Rodrigo Pereira Rocha — Università di Padova #
Surviving in hostile and heterogeneous environments #
In this work we study the survival probability of single-species in the context of hostile and heterogeneous environments. Here we use spatially random growth rates with negative mean to model hostile and heterogeneous environments i.e. population dynamics in this environment, as modeled by the Fisher equation, is characterized by negative average growth rate (\( \bar{\mu} \)), except in some random spatially distributed patches that may support life (\(\mu_i>0\)). In particular, we are interested in the phase diagram of the survival probability and the critical size problem, i.e., the minimum patch size required for surviving in the long time limit. We propose a measure for the critical size as being proportional to the participation ratio (PR) of the eigenvector corresponding to the largest eigenvalue of the linearized Fisher dynamics.
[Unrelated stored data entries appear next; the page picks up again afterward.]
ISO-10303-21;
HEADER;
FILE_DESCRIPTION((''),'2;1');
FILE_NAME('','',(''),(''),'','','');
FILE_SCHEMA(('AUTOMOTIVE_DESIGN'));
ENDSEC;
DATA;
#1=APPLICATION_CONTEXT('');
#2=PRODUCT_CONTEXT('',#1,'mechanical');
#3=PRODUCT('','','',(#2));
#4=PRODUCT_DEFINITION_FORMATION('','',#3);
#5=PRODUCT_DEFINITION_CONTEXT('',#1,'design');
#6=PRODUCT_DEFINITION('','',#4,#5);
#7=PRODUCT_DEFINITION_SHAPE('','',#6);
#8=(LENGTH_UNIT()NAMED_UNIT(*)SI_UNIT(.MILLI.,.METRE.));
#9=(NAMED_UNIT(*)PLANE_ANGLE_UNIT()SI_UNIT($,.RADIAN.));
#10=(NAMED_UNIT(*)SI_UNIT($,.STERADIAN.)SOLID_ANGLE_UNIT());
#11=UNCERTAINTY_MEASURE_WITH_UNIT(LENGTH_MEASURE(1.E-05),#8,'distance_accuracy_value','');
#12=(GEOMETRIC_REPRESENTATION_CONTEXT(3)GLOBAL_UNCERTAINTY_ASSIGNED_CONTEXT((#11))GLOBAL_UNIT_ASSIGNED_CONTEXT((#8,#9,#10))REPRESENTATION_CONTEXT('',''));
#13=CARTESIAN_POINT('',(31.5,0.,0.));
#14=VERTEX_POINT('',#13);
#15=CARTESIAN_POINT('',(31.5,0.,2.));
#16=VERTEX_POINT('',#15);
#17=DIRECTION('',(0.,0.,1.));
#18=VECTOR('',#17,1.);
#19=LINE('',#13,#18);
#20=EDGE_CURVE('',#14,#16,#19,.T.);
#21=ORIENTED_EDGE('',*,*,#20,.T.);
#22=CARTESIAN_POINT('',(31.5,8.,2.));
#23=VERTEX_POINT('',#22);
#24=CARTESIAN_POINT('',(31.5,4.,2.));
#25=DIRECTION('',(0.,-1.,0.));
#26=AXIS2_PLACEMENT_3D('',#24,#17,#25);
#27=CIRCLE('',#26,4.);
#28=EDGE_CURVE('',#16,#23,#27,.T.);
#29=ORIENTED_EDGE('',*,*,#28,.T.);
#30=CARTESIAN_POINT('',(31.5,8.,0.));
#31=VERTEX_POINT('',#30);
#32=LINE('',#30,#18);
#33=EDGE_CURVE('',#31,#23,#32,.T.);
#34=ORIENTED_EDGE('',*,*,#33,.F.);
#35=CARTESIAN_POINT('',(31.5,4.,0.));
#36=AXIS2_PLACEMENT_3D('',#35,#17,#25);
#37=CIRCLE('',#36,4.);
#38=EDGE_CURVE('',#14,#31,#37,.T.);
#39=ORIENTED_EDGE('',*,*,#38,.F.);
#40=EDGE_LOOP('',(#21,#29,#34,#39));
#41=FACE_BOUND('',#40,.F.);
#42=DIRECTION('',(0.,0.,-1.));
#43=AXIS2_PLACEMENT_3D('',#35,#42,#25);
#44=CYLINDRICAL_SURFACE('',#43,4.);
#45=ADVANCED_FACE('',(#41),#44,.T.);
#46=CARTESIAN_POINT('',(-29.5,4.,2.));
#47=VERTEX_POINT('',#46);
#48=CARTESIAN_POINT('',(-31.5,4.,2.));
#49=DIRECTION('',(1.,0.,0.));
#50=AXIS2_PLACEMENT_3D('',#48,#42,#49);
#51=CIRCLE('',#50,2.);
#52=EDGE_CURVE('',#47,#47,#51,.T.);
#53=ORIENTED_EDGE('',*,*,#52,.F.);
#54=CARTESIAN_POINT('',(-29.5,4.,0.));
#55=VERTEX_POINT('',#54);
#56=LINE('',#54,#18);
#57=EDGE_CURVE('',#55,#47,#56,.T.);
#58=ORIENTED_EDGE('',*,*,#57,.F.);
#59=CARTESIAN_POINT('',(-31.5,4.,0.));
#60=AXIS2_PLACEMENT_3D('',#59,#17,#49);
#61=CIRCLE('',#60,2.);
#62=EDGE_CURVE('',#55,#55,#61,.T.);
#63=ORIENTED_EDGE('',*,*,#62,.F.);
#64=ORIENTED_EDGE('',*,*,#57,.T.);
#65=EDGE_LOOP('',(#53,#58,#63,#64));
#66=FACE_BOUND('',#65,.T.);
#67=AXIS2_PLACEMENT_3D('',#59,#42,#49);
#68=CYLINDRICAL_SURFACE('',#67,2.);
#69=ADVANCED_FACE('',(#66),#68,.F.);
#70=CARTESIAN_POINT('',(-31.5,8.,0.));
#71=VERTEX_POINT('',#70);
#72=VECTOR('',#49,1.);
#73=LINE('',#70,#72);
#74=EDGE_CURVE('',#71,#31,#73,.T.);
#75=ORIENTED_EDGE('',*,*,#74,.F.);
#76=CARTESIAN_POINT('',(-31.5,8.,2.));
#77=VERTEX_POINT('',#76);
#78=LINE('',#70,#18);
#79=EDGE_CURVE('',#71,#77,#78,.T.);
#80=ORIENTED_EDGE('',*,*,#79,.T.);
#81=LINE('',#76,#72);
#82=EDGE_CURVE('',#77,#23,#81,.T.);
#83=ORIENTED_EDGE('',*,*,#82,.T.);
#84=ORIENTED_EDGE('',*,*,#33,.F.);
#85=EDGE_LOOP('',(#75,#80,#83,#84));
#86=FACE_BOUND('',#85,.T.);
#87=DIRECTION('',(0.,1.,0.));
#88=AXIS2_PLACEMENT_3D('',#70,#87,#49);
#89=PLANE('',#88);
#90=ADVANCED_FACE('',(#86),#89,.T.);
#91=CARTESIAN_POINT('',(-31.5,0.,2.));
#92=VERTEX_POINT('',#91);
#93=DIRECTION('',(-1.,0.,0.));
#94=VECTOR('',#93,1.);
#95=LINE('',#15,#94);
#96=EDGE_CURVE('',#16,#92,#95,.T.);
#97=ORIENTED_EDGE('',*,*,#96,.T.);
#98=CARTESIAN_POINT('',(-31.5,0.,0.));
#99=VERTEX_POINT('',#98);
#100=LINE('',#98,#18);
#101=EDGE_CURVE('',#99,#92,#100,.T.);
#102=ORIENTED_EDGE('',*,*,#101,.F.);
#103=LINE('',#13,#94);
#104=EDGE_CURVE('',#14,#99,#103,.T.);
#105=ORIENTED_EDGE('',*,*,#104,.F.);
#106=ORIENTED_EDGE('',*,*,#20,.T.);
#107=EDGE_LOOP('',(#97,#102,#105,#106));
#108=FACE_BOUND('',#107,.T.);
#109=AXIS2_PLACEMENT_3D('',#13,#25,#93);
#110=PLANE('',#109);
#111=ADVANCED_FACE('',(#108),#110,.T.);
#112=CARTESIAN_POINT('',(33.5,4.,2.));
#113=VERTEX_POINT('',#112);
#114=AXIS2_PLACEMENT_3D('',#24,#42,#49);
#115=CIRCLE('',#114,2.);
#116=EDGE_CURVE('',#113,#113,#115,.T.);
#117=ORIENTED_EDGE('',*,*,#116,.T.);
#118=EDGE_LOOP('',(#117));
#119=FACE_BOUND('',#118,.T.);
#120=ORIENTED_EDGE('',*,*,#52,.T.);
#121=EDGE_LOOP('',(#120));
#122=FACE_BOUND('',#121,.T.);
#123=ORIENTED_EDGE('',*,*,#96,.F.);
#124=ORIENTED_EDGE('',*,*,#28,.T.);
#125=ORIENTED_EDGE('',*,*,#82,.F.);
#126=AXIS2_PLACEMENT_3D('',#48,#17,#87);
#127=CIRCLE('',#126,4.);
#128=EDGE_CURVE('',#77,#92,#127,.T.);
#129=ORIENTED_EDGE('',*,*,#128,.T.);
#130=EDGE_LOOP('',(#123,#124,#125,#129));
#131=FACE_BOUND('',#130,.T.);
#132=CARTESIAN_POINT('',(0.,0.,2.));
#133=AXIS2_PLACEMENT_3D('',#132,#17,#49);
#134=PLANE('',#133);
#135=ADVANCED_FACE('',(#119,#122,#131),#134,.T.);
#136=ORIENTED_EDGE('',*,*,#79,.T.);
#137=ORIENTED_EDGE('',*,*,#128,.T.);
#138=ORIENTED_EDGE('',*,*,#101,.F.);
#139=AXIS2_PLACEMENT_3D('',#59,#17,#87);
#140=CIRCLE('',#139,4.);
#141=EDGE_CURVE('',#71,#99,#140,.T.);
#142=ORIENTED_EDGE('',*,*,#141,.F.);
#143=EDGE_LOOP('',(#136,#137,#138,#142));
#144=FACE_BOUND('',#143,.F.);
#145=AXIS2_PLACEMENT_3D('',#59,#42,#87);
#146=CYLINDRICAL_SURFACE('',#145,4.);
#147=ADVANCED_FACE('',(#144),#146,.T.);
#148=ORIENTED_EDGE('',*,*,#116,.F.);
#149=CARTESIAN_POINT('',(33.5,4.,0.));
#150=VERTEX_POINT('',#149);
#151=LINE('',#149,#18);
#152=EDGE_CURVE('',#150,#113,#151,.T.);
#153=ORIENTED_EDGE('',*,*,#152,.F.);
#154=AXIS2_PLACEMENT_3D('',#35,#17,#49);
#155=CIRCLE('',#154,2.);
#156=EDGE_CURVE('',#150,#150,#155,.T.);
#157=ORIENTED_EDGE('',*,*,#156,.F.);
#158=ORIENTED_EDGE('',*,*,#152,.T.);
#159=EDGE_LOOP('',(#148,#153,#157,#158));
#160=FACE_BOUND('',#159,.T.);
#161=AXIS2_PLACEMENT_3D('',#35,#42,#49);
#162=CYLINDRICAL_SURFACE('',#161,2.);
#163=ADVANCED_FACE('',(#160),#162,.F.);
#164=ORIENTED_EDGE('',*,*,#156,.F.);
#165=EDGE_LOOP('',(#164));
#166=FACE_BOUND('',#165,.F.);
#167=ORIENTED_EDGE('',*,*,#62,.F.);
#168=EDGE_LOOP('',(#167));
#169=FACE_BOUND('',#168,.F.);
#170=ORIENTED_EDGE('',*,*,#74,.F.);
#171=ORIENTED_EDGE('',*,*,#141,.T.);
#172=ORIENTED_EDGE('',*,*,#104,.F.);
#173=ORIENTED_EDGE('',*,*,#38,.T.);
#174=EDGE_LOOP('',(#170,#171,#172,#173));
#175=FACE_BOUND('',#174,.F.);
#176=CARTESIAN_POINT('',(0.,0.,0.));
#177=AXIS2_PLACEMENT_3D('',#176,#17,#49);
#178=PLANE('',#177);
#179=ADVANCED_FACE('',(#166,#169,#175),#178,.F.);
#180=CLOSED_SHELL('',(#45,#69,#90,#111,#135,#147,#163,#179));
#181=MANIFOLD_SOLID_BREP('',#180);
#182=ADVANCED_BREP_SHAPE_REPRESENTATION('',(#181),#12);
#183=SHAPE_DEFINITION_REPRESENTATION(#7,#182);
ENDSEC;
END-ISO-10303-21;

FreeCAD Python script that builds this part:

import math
import FreeCAD as App
import Part
import Sketcher
Q = App.Units.Quantity

doc = App.newDocument("Part")
params = doc.addObject("Spreadsheet::Sheet", "Params")
for row, (alias, value) in enumerate([
    ("sketch1_diameter", "4 mm"),
    ("sketch1_radius", "4 mm"),
    ("sketch1_width", "63 mm"),
    ("pad1_length", "2 mm"),
], start=1):
    params.set(f"A{row}", alias)
    params.set(f"B{row}", "=" + value)
    params.setAlias(f"B{row}", alias)

body = doc.addObject("PartDesign::Body", "Body")

sketch1 = body.newObject("Sketcher::SketchObject", "Sketch")
sketch1.AttachmentSupport = (doc.getObject("XY_Plane"), [""])
sketch1.MapMode = "FlatFace"
sketch1.addGeometry([
    Part.LineSegment(App.Vector(31.5, 8, 0), App.Vector(-31.5, 8, 0)),
    Part.ArcOfCircle(Part.Circle(App.Vector(-31.5, 4, 0), App.Vector(0, 0, 1), 4), math.radians(90), math.radians(270)),
    Part.LineSegment(App.Vector(-31.5, 0, 0), App.Vector(31.5, 0, 0)),
    Part.ArcOfCircle(Part.Circle(App.Vector(31.5, 4, 0), App.Vector(0, 0, 1), 4), math.radians(-90), math.radians(90)),
    Part.Circle(App.Vector(31.5, 4, 0), App.Vector(0, 0, 1), 2),
    Part.Circle(App.Vector(-31.5, 4, 0), App.Vector(0, 0, 1), 2),
], False)
sketch1.addConstraint([
    Sketcher.Constraint("Tangent", 0, 2, 1, 1),
    Sketcher.Constraint("Tangent", 1, 2, 2, 1),
    Sketcher.Constraint("Tangent", 2, 2, 3, 1),
    Sketcher.Constraint("Tangent", 3, 2, 0, 1),
    Sketcher.Constraint("Horizontal", 0),
    Sketcher.Constraint("Horizontal", 2),
    Sketcher.Constraint("Coincident", 4, 3, 3, 3),
    Sketcher.Constraint("Coincident", 5, 3, 1, 3),
    Sketcher.Constraint("Equal", 4, 5),
    Sketcher.Constraint("Symmetric", 1, 2, 2, 2, -1, 1),
    Sketcher.Constraint("Diameter", 4, Q("4 mm")),
    Sketcher.Constraint("Radius", 1, Q("4 mm")),
    Sketcher.Constraint("DistanceX", 0, 2, 0, 1, Q("63 mm")),
])
sketch1.setExpression("Constraints[10]", "Params.sketch1_diameter")
sketch1.setExpression("Constraints[11]", "Params.sketch1_radius")
sketch1.setExpression("Constraints[12]", "Params.sketch1_width")
pad1 = body.newObject("PartDesign::Pad", "Pad")
pad1.Profile = sketch1
pad1.setExpression("Length", "Params.pad1_length")

doc.recompute()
We numerically obtain the (extinction-survival) phase diagram and the critical patch size distribution for two network topologies, namely, the linear chain and the Peano basin fractal. We show that both topologies share the same qualitative features, but the fractal topology requires higher spatial fluctuations to guarantee species survival, which leads to a slightly larger patch size than the linear chain. In addition, we perform a finite-size scaling and we obtain the associated critical exponents.